Поговорили про линию, выпили еще. Потом Рябцев снова взялся за коньячную бутылку, да как-то неудачно: гостю вышла полная рюмка, у самого же и половины не набралось. «Пора на вишневую переходить», — подумал Гулькин, как истинный литератор остро почувствовавший важность момента. И тут же перехватил инициативу в свои руки.
— Ну что, теперь моей настоечки попробуем?
— А почему бы и нет? — отвечал размякший от коньяка хозяин. — Мне, правда, завтра в университет ехать — экзамены начинаются. Ну, да ничего, как-нибудь перетерпим, — и озорно подмигнул охочему до столований Гулькину.
Тотчас же булькнула, расходясь по стаканам, вишневая, и стало совсем хорошо за столом. Настолько тепло и душевно, что гость не удержался — снова вернулся к своему роману.
— Я ведь с чего свое «Осмысление» начинаю, знаешь? C пустяшной такой детали: лежит в окопе солдатский котелок и отсвечивает помятым боком. Казалось бы, мелочь, ерунда… подумаешь — котелок! А вся нелегкая фронтовая жизнь у читателя как на ладони.
— Отличная деталь! — восхищенно заметил Рябцев, и сам любивший вставлять в статьи всякого рода художественные подробности. — Кстати, помнишь, у Чехова? Лежит на дамбе бутылочный осколок и луну отражает? Так у тебя не хуже, Боря. Честно тебе говорю!
На что Гулькин лишь рукой махнул: мол, сам знаю, что не хуже.

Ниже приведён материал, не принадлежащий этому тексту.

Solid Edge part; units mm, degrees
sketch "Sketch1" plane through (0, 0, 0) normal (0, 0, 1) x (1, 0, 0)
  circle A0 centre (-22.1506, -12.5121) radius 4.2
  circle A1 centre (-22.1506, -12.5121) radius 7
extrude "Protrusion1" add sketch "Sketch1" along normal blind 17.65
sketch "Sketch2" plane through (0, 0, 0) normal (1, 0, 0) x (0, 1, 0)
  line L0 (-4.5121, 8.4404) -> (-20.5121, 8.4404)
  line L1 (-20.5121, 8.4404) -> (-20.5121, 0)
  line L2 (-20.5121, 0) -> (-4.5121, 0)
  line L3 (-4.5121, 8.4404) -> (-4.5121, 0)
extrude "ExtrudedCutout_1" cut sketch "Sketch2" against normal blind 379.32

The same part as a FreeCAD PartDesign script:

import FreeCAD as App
import Part
import Sketcher
from FreeCAD import Vector


def add_polygon(sketch, points):
    """Adds a closed chain of lines whose ends are joined by coincident constraints."""
    first, n = sketch.GeometryCount, len(points)
    for a, b in zip(points, points[1:] + points[:1]):
        sketch.addGeometry(Part.LineSegment(App.Vector(*a, 0), App.Vector(*b, 0)), False)
    for i in range(n):
        sketch.addConstraint(Sketcher.Constraint("Coincident", first + i, 2, first + (i + 1) % n, 1))

doc = App.newDocument("Part")
body = doc.addObject("PartDesign::Body", "Body")

sketch1 = doc.addObject("Sketcher::SketchObject", "Sketch")
body.addObject(sketch1)
sketch1.AttachmentSupport = (doc.XY_Plane, [""])
sketch1.MapMode = "FlatFace"
sketch1.addGeometry([
    Part.Circle(Vector(-22.2, -12.5, 0), Vector(0, 0, 1), 7),
    Part.Circle(Vector(-22.2, -12.5, 0), Vector(0, 0, 1), 4.2),
], False)
sketch1.addConstraint([
    Sketcher.Constraint("Coincident", 1, 3, 0, 3),
    Sketcher.Constraint("Diameter", 0, 14.0),
    Sketcher.Constraint("Diameter", 1, 8.4),
    Sketcher.Constraint("DistanceY", 0, 3, -1, 1, 12.512),
    Sketcher.Constraint("DistanceX", 0, 3, -1, 1, 22.1506),
])
pad1 = doc.addObject("PartDesign::Pad", "Pad")
body.addObject(pad1)
pad1.Profile = sketch1
pad1.Length = 17.65

sketch2 = doc.addObject("Sketcher::SketchObject", "Sketch001")
body.addObject(sketch2)
sketch2.AttachmentSupport = (doc.YZ_Plane, [""])
sketch2.MapMode = "FlatFace"
add_polygon(sketch2, [(-5, 0), (-5, 8), (-21, 8), (-21, 0)])
sketch2.addConstraint([
    Sketcher.Constraint("Vertical", 0),
    Sketcher.Constraint("Horizontal", 1),
    Sketcher.Constraint("Vertical", 2),
    Sketcher.Constraint("Horizontal", 3),
    Sketcher.Constraint("PointOnObject", 2, 2, -1),
    Sketcher.Constraint("DistanceX", 1, 2, 1, 1, 16.0),
    Sketcher.Constraint("DistanceY", 0, 1, 0, 2, 8.4404),
    Sketcher.Constraint("DistanceX", 0, 2, -1, 1, 4.512),
])
pocket1 = doc.addObject("PartDesign::Pocket", "Pocket")
body.addObject(pocket1)
pocket1.Profile = sketch2
pocket1.Length = 379.32

doc.recompute()
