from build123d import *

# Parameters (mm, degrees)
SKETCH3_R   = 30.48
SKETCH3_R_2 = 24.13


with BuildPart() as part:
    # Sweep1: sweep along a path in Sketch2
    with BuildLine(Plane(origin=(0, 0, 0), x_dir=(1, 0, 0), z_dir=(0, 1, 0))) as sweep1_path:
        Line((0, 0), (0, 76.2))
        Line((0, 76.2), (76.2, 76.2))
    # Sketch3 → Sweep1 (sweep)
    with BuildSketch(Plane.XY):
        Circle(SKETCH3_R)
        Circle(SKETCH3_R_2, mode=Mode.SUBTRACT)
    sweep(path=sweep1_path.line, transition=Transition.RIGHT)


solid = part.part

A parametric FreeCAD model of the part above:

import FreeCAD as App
import Part
import Sketcher
Q = App.Units.Quantity

doc = App.newDocument("Part")
body = doc.addObject("PartDesign::Body", "Body")

# Sketch on XY plane
sketch1 = body.newObject("Sketcher::SketchObject", "Sketch")
sketch1.AttachmentSupport = (doc.getObject("XY_Plane"), [""])
sketch1.MapMode = "FlatFace"
sketch1.addGeometry([
    Part.Circle(App.Vector(0, 0, 0), App.Vector(0, 0, 1), 30),
    Part.Circle(App.Vector(0, 0, 0), App.Vector(0, 0, 1), 24),
], False)
sketch1.addConstraint([
    Sketcher.Constraint("Coincident", 0, 3, -1, 1),
    Sketcher.Constraint("Coincident", 1, 3, -1, 1),
    Sketcher.Constraint("Diameter", 0, Q("2.4 in")),
    Sketcher.Constraint("Diameter", 1, Q("1.9 in")),
])

# Sketch on XZ plane
sketch2 = body.newObject("Sketcher::SketchObject", "Sketch001")
sketch2.AttachmentSupport = (doc.getObject("XZ_Plane"), [""])
sketch2.MapMode = "FlatFace"
sketch2.addGeometry([
    Part.LineSegment(App.Vector(0, 0, 0), App.Vector(0, -76, 0)),
    Part.LineSegment(App.Vector(0, -76, 0), App.Vector(76, -76, 0)),
], False)
sketch2.addConstraint([
    Sketcher.Constraint("Coincident", 0, 2, 1, 1),
    Sketcher.Constraint("Vertical", 0),
    Sketcher.Constraint("Horizontal", 1),
    Sketcher.Constraint("Coincident", 0, 1, -1, 1),
    Sketcher.Constraint("Equal", 1, 0),
    Sketcher.Constraint("DistanceX", 1, 1, 1, 2, Q("3 in")),
])
doc.recompute()

additivepipe = body.newObject("PartDesign::AdditivePipe", "AdditivePipe")
additivepipe.Profile = sketch1
additivepipe.Spine = (sketch2, ["Edge1", "Edge2"])
additivepipe.Transition = "Right corner"

doc.recompute()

И выпив за котелок, продолжал, все так же раздумчиво:
— Аккурат перед наступлением погибает старик-кашевар, и некому стало на передовую обеды возить. Представляешь? Зима, метель, солдаты голодные сидят… Такая вот, Миша, суровая фронтовая неуютность. И тут приходит к командиру дивизии рядовой Фрол Угрюмов… это моего героя так зовут. Приходит и говорит: мол, так и так, товарищ генерал, есть огромное желание во вражеский тыл сходить — за «языком», а заодно уж и что-нибудь съестное поискать. Хорошо, говорит генерал, валяй, боец! Только не забудь свой билет парторгу сдать: не дай бог, потеряешь ненароком. А Угрюмов, между прочим, коренной сибиряк, охотник и все прочее…
— Охотник это хорошо. Главное — жизненно, — пробормотал Рябцев, чувствуя, что от коньяка вперемешку с настойкой у него начинают предательски слипаться веки. — А дальше?